Source URL: https://security.googleblog.com/2025/05/sustaining-digital-certificate-security-chrome-root-store-changes.html
Source: Google Online Security Blog
Title: Sustaining Digital Certificate Security – Upcoming Changes to the Chrome Root Store
Feedly Summary:
AI Summary and Description: Yes
**Summary:** Google Chrome has announced the removal of default trust for Certification Authorities (CAs) Chunghwa Telecom and Netlock, effective August 1, 2025, due to observed compliance failures and lapses in integrity. This change is aimed at enhancing the security and trustworthiness of encrypted connections on the web, marking a significant shift in how trust is managed for CAs within Chrome’s ecosystem.
**Detailed Description:**
The announcement from the Chrome Security Team outlines a significant update regarding the trust evaluation of Certification Authorities included in the Chrome Root Store. Key points include:
– **Removal of Default Trust:**
– Google Chrome will cease default trust in CAs Chunghwa Telecom and Netlock, effective with Chrome version 139 and higher, beginning August 1, 2025.
– This decision stems from prolonged concerns over compliance, integrity, and reliability, which threaten user trust and the security of encrypted communications.
– **Guidelines for Website Operators:**
– TLS certificates issued by the affected CAs, with Signed Certificate Timestamps (SCTs) after the specified date, will trigger a full-page interstitial warning for users.
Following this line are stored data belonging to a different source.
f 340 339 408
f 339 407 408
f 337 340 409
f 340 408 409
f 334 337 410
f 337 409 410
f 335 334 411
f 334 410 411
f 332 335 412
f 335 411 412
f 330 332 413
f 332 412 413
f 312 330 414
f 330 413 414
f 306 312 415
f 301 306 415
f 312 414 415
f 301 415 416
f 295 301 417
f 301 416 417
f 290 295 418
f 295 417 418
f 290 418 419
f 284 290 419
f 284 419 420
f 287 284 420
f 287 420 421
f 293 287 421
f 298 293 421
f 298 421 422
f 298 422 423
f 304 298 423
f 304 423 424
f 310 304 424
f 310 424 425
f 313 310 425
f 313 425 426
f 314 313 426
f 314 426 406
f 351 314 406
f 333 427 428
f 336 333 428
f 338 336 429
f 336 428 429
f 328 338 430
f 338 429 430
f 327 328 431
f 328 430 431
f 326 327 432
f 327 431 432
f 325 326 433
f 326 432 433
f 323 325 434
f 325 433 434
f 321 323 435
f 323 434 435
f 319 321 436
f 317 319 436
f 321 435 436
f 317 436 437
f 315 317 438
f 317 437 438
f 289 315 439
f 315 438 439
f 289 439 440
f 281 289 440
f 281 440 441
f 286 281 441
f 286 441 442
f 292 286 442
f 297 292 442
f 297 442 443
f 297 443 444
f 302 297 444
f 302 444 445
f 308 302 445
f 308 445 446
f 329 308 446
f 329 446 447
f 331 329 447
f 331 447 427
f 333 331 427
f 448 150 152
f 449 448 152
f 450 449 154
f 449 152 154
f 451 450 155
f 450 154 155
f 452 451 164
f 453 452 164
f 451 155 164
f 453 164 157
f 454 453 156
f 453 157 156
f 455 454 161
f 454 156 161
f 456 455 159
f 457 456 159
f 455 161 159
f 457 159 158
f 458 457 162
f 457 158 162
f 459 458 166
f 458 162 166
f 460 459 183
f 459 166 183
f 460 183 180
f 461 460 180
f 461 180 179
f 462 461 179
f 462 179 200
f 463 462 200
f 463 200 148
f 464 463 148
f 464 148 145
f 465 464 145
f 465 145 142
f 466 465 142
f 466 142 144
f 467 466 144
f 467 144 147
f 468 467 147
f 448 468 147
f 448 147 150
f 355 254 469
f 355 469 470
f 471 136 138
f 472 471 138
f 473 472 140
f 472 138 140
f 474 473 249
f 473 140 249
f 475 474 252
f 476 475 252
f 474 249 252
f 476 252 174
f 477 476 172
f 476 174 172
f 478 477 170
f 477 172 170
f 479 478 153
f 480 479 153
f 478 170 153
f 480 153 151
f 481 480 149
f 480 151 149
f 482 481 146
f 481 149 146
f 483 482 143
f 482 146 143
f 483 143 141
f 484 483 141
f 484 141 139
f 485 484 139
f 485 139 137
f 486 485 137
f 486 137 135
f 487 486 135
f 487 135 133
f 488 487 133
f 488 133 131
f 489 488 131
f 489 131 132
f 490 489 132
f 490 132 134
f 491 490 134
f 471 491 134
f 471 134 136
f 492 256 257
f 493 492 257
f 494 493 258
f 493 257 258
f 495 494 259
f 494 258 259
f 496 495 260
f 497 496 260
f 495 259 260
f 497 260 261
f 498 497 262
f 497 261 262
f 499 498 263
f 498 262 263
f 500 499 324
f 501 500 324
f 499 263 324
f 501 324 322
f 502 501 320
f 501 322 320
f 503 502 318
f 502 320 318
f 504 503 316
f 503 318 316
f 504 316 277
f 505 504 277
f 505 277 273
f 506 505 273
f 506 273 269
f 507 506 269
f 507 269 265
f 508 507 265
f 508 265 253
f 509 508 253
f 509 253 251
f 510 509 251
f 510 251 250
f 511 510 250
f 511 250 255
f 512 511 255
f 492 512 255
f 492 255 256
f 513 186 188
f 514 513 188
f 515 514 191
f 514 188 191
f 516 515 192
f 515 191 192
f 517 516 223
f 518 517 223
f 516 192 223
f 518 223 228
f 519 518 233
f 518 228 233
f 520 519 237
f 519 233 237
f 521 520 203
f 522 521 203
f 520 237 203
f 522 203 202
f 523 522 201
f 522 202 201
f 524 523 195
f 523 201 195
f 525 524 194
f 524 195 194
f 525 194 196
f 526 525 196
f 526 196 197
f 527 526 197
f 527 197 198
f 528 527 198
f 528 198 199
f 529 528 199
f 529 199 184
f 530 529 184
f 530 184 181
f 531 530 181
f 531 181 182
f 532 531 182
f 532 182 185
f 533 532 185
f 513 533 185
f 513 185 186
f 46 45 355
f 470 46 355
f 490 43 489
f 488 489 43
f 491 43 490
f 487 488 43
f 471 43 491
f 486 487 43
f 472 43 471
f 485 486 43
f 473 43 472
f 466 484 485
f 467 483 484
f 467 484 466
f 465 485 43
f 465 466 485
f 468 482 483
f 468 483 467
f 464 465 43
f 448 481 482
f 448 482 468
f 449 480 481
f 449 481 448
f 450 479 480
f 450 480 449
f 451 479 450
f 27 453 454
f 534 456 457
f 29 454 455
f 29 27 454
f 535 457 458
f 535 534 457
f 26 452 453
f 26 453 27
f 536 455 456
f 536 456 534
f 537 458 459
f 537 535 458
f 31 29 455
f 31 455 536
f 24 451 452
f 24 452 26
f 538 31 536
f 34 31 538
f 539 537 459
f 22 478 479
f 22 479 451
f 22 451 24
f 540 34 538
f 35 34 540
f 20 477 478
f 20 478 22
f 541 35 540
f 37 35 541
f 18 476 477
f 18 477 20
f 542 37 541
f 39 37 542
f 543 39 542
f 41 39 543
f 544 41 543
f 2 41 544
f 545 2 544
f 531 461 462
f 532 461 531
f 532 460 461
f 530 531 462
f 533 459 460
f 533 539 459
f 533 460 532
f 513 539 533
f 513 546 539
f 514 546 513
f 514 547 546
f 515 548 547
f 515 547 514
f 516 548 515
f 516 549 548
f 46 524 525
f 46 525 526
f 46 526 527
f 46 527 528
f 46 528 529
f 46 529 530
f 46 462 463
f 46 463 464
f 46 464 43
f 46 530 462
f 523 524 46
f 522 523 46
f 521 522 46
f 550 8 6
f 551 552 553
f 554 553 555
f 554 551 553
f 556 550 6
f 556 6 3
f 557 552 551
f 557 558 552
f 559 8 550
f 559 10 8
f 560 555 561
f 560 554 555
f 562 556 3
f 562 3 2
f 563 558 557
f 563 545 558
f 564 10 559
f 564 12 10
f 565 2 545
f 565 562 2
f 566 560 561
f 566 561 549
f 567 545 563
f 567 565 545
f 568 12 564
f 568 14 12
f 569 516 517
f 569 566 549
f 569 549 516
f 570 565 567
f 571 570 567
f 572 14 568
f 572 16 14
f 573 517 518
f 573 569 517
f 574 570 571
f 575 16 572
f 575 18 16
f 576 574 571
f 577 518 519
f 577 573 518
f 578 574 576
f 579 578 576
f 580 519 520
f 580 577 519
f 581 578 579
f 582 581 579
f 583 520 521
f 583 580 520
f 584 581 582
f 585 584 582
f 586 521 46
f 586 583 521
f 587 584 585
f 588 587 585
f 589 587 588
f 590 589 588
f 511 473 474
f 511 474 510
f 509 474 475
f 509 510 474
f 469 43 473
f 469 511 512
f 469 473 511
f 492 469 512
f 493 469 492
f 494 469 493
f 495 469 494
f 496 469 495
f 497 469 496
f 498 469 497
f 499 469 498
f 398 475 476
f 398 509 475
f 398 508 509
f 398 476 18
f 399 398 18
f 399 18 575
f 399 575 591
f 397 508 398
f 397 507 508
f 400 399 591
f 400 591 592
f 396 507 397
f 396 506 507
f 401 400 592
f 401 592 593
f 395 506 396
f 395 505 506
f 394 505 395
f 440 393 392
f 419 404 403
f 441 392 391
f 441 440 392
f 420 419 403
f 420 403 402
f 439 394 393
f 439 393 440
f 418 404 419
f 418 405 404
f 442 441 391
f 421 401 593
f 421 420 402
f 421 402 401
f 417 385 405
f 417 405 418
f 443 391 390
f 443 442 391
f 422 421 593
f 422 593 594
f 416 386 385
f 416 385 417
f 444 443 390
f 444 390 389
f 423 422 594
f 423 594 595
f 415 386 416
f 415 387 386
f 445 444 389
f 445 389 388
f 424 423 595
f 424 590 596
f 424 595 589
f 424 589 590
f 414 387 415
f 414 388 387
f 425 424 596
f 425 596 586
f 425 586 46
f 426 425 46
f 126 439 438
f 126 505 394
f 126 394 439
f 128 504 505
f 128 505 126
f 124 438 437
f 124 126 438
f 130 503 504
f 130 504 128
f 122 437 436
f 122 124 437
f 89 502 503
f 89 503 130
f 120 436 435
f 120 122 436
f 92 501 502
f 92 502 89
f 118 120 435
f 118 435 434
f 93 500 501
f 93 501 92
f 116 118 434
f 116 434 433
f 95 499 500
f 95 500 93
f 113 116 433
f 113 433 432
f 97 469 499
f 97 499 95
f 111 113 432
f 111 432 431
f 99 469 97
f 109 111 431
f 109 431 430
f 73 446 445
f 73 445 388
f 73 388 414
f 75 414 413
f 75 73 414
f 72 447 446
– Website operators must check their certificates using the Chrome Certificate Viewer to determine their status and are advised to transition to alternative publicly-trusted CAs before certificate expiration to maintain site accessibility.
– **Impact Assessment:**
– The update applies across various platforms (Windows, macOS, ChromeOS, Android, and Linux) but excludes iOS due to Apple policy constraints.
– **Compliance and Governance:**
– The action reflects broader trends in digital governance, demanding that CAs adhere to established security standards and compliance regulations, such as those outlined by the CA/Browser Forum TLS Baseline Requirements.
– Ongoing lapses in these standards can lead to escalated risks and compromise the foundational trust of internet security protocols.
– **Testing and Internal Network Considerations:**
– Chrome has provided a testing capability via command-line flags for administrators to simulate the new constraints before they take effect.
– Enterprises utilizing affected certificates can override the constraints by installing local root CA certificates, ensuring continued functionality within their internal networks.
In conclusion, this action by Chrome represents a considerable step towards improving online security and accountability within Certificate Authorities. It underscores the importance of compliance in maintaining user trust and the overall integrity of internet security practices. Security professionals in the cloud, AI, and infrastructure domains must be particularly aware of these changes as they could impact applications, architectures, and client relationships reliant on secure communications.